▸ **EXERCISE**: Go over the listing that follows and work out how many lines have the string "Front"; reply with the number by itself.

▸ **ENTRIES PROVIDED**:
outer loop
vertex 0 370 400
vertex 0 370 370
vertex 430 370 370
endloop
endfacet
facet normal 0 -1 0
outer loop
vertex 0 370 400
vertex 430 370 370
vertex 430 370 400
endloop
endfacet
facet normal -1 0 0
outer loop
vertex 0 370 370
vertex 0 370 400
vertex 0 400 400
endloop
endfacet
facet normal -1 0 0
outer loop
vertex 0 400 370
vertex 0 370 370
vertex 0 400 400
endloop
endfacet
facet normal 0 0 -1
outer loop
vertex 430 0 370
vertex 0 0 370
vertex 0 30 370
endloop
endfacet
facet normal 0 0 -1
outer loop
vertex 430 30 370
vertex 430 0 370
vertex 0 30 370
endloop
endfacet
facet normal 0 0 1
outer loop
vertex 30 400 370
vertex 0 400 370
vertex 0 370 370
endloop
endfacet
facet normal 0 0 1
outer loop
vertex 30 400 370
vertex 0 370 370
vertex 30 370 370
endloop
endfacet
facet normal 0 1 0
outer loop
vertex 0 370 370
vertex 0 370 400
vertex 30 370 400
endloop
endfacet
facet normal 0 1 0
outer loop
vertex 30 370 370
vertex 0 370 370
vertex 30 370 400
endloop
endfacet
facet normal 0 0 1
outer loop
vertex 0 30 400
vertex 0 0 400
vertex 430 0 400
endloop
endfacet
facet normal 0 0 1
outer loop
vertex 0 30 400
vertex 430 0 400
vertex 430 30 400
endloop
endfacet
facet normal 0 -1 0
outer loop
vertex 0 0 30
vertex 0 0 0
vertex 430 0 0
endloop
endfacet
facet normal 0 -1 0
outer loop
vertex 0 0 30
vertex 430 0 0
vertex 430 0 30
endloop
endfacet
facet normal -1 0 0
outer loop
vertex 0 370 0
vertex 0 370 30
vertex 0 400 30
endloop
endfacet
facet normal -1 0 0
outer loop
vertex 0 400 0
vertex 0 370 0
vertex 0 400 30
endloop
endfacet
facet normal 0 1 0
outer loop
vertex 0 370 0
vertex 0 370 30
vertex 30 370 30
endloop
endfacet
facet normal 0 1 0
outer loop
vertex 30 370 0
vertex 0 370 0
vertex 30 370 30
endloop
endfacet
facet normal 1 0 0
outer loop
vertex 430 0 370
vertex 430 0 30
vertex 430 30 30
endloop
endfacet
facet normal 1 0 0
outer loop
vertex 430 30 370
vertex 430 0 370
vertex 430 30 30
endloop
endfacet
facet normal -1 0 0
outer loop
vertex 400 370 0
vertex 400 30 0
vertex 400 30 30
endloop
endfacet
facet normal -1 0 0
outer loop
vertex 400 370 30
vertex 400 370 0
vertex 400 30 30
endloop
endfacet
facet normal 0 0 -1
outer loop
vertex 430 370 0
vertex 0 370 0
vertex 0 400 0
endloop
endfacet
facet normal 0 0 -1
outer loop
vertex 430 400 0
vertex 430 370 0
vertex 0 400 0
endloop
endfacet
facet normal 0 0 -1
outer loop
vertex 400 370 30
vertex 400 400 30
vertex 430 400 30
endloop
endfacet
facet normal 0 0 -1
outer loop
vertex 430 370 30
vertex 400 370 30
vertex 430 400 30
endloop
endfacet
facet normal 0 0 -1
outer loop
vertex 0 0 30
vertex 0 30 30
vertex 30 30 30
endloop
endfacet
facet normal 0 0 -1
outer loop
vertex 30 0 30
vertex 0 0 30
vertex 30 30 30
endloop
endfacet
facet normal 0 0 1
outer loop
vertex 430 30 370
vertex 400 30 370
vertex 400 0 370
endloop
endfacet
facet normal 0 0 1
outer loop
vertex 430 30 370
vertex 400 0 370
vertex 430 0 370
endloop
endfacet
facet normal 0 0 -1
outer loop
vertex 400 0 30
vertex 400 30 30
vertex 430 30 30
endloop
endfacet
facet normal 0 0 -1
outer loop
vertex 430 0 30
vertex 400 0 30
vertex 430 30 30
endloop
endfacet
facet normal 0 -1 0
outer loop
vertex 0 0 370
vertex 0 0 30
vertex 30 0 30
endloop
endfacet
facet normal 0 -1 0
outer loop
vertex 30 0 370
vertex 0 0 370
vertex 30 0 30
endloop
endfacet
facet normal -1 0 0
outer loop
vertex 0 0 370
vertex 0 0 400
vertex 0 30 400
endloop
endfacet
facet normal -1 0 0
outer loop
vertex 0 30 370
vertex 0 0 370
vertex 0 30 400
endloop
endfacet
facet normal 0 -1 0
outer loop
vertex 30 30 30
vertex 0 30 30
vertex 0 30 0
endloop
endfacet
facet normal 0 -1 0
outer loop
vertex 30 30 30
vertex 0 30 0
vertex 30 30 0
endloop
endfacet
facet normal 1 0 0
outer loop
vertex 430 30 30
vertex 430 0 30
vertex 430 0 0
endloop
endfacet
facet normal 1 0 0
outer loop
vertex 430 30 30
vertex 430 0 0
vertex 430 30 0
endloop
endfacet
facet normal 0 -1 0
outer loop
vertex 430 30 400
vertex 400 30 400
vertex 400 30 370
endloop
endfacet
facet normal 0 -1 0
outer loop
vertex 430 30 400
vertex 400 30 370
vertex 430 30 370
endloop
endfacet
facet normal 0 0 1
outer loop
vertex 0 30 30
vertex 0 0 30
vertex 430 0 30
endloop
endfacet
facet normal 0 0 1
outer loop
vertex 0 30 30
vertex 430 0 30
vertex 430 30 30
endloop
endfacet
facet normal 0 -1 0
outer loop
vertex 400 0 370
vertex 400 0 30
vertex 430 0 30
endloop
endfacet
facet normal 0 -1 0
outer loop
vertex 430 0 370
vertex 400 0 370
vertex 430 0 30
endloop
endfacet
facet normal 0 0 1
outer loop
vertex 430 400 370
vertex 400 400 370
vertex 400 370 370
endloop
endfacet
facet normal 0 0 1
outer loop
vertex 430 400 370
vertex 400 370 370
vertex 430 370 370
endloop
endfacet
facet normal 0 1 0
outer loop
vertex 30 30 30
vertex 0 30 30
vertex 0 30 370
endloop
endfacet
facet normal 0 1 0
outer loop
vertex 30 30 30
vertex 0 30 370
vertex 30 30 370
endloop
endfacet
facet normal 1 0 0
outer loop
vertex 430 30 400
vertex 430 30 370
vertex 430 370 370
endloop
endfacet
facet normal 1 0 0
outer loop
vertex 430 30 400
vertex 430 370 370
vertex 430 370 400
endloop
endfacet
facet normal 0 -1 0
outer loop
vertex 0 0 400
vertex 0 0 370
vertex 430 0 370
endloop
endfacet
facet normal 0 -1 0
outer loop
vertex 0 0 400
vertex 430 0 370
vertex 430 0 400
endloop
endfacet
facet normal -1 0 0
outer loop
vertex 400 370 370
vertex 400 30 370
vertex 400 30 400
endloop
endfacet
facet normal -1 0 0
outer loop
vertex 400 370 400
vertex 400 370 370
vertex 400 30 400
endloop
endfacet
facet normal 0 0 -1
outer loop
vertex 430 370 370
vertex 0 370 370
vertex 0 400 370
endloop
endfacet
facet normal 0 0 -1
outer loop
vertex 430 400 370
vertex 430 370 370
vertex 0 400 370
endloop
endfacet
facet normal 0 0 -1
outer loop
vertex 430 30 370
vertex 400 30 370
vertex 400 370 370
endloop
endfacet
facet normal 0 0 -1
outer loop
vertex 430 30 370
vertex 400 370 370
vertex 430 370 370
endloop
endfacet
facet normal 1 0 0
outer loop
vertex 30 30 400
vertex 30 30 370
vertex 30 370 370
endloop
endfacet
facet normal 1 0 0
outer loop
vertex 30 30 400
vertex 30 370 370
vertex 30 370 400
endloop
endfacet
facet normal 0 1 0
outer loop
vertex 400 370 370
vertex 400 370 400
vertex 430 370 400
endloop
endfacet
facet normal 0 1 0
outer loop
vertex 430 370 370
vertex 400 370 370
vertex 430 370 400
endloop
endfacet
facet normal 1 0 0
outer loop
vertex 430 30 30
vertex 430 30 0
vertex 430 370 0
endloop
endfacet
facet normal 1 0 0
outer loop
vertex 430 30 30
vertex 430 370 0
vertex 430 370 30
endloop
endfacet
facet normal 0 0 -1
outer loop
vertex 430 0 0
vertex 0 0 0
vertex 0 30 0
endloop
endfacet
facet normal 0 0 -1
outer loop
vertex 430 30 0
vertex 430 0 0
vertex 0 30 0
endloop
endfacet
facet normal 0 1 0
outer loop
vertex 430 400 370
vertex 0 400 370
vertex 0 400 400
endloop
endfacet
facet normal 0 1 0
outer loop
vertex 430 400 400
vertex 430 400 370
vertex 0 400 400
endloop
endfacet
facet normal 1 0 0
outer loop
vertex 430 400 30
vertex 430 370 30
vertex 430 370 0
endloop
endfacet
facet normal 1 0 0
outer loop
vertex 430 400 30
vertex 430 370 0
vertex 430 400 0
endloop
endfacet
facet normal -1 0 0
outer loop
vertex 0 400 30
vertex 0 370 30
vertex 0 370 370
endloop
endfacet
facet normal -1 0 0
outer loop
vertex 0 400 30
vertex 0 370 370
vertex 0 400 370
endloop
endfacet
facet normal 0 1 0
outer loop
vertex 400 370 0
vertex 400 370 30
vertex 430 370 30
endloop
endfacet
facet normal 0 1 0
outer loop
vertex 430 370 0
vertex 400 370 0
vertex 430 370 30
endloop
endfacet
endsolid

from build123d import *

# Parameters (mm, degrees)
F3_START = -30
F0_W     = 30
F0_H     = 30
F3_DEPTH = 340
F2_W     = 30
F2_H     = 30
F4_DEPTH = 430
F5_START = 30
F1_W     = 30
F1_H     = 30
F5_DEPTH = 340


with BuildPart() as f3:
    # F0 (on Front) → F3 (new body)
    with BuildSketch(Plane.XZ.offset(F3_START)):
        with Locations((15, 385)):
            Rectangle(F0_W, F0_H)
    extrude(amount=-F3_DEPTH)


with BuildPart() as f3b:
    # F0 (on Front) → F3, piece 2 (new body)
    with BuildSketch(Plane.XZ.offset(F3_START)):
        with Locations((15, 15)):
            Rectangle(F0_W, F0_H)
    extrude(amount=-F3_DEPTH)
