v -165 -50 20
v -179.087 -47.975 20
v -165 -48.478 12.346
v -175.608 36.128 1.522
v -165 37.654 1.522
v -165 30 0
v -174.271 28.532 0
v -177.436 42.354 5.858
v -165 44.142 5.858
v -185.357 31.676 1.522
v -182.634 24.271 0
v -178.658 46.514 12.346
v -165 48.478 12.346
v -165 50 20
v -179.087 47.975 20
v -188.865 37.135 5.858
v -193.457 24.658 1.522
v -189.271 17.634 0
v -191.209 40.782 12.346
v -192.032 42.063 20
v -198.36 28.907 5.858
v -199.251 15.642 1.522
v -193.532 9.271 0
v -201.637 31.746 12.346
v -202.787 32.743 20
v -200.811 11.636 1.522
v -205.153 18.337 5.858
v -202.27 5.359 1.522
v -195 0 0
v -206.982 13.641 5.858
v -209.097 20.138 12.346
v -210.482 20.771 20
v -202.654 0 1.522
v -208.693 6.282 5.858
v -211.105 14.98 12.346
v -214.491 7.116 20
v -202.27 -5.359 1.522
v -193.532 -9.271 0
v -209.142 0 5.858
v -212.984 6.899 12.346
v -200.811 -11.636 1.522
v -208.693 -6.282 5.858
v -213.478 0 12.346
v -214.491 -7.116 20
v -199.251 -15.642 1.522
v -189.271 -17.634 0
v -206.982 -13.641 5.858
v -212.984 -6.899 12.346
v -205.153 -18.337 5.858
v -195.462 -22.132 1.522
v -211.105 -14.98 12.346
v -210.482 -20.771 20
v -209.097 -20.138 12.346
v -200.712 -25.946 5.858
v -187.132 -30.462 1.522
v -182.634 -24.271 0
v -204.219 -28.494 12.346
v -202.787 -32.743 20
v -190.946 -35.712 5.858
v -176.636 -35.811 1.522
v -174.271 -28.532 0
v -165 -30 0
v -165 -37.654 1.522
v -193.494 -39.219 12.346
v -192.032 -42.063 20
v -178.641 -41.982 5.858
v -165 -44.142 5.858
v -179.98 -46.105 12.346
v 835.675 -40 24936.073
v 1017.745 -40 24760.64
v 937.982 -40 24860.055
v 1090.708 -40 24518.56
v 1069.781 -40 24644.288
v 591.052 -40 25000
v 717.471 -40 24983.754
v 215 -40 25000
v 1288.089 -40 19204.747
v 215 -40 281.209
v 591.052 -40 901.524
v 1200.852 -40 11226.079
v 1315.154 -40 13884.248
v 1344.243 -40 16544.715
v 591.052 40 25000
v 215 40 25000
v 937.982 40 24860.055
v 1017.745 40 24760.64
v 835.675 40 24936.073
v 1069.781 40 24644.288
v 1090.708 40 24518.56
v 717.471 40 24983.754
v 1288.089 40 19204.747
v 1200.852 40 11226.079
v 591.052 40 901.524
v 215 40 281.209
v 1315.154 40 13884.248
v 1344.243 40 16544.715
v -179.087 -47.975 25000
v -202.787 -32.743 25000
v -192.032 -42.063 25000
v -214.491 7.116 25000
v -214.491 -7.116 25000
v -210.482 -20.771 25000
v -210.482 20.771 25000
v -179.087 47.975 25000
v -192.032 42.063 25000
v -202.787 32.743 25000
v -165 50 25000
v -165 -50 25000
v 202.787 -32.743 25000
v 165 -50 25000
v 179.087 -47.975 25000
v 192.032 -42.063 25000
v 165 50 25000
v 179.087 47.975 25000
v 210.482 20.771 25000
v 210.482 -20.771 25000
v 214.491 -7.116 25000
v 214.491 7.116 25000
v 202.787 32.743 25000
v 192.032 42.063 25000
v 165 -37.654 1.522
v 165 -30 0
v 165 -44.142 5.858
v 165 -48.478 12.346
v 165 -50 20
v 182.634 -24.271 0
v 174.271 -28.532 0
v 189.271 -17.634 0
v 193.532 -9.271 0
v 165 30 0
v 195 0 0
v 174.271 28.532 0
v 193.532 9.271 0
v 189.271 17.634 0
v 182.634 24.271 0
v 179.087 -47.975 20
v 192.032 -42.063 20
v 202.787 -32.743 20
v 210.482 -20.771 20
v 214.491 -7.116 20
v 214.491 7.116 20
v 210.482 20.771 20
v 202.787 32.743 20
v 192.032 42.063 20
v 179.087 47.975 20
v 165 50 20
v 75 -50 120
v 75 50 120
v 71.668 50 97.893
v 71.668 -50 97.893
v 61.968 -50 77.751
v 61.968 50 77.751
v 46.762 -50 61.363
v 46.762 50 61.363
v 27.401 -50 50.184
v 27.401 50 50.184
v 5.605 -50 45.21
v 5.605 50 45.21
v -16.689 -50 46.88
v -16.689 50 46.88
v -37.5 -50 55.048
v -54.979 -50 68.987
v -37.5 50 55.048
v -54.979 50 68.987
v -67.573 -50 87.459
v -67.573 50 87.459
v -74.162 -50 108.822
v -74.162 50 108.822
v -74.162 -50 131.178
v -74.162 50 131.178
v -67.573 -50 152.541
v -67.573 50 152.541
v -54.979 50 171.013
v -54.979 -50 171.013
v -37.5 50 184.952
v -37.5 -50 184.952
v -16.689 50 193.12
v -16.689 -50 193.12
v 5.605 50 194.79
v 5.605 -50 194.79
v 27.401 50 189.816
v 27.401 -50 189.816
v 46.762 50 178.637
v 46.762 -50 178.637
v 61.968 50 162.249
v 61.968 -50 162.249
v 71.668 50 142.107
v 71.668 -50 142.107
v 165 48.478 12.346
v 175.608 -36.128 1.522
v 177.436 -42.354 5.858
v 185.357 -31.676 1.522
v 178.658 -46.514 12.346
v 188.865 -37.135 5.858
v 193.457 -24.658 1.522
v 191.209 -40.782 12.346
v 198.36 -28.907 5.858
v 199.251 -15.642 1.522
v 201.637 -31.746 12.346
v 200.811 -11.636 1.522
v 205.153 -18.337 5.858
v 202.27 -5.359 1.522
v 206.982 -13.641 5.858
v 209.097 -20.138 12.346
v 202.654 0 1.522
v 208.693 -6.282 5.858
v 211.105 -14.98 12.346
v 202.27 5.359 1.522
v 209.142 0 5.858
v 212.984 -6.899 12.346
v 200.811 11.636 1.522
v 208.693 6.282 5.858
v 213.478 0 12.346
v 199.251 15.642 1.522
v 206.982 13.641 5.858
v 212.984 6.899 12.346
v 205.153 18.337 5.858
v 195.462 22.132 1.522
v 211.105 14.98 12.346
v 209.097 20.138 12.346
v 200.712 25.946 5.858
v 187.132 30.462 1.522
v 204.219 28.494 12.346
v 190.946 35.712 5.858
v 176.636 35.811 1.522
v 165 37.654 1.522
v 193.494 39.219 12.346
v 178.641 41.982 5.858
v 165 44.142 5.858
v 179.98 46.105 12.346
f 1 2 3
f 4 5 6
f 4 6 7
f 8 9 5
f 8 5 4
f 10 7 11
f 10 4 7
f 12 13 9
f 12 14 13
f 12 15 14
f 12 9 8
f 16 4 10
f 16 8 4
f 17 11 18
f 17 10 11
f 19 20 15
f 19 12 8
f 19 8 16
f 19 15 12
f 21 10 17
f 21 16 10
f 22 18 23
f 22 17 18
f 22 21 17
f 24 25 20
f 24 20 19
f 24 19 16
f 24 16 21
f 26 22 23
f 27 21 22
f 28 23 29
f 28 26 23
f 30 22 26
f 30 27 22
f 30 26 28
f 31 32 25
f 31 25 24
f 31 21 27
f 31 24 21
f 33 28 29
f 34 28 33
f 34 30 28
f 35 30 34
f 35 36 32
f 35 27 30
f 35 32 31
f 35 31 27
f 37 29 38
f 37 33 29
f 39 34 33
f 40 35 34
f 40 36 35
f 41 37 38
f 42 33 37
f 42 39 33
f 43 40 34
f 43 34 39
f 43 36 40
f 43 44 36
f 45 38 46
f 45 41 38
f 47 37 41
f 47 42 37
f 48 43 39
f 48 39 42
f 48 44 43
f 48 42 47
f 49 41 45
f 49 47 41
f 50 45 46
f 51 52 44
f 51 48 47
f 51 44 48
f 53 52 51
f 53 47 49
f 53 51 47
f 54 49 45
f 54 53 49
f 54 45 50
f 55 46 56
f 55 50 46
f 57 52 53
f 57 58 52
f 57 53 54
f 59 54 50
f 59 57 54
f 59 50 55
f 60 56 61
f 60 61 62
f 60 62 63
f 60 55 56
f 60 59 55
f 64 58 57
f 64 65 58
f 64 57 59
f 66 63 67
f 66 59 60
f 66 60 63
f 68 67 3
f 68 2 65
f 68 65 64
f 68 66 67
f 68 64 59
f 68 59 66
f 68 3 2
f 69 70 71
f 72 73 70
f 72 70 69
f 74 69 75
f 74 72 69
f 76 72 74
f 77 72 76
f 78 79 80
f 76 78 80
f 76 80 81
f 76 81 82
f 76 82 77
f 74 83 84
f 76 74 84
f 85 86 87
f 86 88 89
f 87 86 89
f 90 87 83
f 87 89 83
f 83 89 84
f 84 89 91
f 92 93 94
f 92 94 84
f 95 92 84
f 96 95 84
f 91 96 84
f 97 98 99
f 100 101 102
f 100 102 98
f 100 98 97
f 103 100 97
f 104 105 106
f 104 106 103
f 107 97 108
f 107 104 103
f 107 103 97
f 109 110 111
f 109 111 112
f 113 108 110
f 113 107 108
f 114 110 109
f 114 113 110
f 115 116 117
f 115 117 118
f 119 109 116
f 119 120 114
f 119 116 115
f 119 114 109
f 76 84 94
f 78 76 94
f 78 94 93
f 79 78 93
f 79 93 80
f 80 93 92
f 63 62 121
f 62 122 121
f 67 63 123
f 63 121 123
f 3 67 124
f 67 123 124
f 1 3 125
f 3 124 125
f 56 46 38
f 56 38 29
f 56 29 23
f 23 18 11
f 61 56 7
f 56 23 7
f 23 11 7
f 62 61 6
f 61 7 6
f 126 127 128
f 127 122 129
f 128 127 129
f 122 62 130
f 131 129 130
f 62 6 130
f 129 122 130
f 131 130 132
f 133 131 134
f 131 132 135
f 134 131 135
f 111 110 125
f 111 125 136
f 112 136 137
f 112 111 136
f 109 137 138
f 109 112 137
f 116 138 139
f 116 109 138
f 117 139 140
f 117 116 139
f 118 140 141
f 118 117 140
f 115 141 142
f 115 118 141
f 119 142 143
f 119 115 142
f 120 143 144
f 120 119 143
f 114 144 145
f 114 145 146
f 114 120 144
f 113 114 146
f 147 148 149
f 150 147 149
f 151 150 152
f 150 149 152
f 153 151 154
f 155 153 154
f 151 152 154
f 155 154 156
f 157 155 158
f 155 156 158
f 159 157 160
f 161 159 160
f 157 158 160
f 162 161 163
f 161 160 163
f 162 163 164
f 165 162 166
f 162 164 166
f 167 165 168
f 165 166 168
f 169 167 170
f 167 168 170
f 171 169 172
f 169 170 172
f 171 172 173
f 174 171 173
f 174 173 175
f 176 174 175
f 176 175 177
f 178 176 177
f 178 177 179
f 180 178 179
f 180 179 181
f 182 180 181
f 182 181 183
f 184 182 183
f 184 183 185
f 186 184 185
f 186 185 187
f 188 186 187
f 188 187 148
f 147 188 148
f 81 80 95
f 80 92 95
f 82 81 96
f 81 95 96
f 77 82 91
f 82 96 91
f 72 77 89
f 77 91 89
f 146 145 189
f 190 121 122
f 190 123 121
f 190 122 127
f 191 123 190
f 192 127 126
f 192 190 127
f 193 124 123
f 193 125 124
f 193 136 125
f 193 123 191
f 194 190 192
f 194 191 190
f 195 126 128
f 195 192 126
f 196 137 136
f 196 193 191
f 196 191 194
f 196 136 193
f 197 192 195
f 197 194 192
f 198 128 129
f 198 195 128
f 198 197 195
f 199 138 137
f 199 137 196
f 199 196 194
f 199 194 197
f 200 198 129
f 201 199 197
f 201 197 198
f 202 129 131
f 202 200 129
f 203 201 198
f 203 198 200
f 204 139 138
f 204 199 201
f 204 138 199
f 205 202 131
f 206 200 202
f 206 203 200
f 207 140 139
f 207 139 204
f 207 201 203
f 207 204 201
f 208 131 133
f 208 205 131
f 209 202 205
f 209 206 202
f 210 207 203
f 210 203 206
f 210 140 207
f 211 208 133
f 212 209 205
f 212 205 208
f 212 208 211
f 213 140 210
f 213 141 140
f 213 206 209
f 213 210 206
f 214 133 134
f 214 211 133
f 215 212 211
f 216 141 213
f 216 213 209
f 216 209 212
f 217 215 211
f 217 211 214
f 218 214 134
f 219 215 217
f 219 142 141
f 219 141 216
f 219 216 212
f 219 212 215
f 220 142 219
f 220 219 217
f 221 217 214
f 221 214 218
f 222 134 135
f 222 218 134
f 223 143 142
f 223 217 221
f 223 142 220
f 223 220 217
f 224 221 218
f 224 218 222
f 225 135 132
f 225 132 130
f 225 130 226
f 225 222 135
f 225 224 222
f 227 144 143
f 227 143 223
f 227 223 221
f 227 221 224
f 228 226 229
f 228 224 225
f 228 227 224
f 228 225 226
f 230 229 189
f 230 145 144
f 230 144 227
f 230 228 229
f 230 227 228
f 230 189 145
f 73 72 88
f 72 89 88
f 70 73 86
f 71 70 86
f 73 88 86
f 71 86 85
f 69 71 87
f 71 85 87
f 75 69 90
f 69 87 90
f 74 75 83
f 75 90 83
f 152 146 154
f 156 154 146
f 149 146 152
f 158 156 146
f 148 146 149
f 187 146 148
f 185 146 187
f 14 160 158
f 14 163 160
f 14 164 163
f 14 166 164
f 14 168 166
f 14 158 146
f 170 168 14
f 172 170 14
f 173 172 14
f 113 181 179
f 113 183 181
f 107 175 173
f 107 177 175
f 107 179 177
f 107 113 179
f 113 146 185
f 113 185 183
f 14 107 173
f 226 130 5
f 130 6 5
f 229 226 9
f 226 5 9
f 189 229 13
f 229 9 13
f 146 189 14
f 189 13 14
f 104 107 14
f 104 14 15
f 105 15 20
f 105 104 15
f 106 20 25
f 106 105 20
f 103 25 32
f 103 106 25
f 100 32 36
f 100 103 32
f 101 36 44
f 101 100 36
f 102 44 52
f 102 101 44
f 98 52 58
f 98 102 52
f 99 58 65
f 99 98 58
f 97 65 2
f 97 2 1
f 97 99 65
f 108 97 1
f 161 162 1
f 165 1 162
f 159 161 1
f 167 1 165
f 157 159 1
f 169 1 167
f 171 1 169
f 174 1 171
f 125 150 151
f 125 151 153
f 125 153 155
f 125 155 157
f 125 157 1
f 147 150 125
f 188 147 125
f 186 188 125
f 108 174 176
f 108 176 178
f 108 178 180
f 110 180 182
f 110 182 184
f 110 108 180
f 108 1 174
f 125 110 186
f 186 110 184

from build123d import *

# Parameters (mm, degrees)
SKETCH4_R                = 75
CUT_EXTRUDE1_DEPTH       = 101
FILLET1_R                = 20
BOSS_EXTRUDE1_DEPTH      = 40
BOSS_EXTRUDE1_DEPTH_BACK = 40


with BuildPart() as part:
    # Sweep1: sweep along a path in Sketch2
    with BuildLine(Plane(origin=(0, 0, 0), x_dir=(1, 0, 0), z_dir=(0, 1, 0))) as sweep1_path:
        Line((0, 0), (0, -25000))
    # Sketch1 → Sweep1 (sweep)
    with BuildSketch(Plane.XY):
        with BuildLine():
            Line((-165, 50), (165, 50))
            ThreePointArc((165, 50), (215, 0), (165, -50))
            Line((165, -50), (-165, -50))
            ThreePointArc((-165, -50), (-215, 0), (-165, 50))
        make_face()
    sweep(path=sweep1_path.line)

    # Sketch4 → Cut-Extrude1 (cut, through all)
    with BuildSketch(Plane(origin=(0, 50, 0), x_dir=(1, 0, 0), z_dir=(0, 1, 0))):
        with Locations((0, -120)):
            Circle(SKETCH4_R)
    extrude(amount=-CUT_EXTRUDE1_DEPTH, mode=Mode.SUBTRACT)

    # Fillet1
    fillet1_edges = [part.edges().sort_by_distance(p)[0] for p in [
        (-215, 0, 0),
        (0, -50, 0),
        (215, 0, 0),
        (0, 50, 0),
    ]]
    fillet(fillet1_edges, radius=FILLET1_R)


with BuildPart() as body_2:
    # Sketch3 → Boss-Extrude1 (new body, two sides)
    with BuildSketch(Plane(origin=(0, 0, 0), x_dir=(1, 0, 0), z_dir=(0, 1, 0))) as boss_extrude1_sk:
        with BuildLine():
            Line((215, -281.209140276), (591.052452888, -901.524429756))
            Line((591.052452888, -901.524429756), (1200.851543386, -11226.079055967))
            ThreePointArc((1200.851543386, -11226.079055967), (1340.354422594, -15214.36481836), (1288.088555363, -19204.747338236))
            Line((1288.088555363, -19204.747338236), (1090.707874725, -24518.559618227))
            ThreePointArc((1090.707874725, -24518.559618227), (937.98197807, -24860.05541873), (591.052452888, -25000))
            Line((591.052452888, -25000), (215, -25000))
            Line((215, -25000), (215, -281.209140276))
        make_face()
    extrude(amount=BOSS_EXTRUDE1_DEPTH)
    extrude(boss_extrude1_sk.sketch, amount=-BOSS_EXTRUDE1_DEPTH_BACK)


solid = Compound([part.part, body_2.part])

▸ **ANSWER**: 2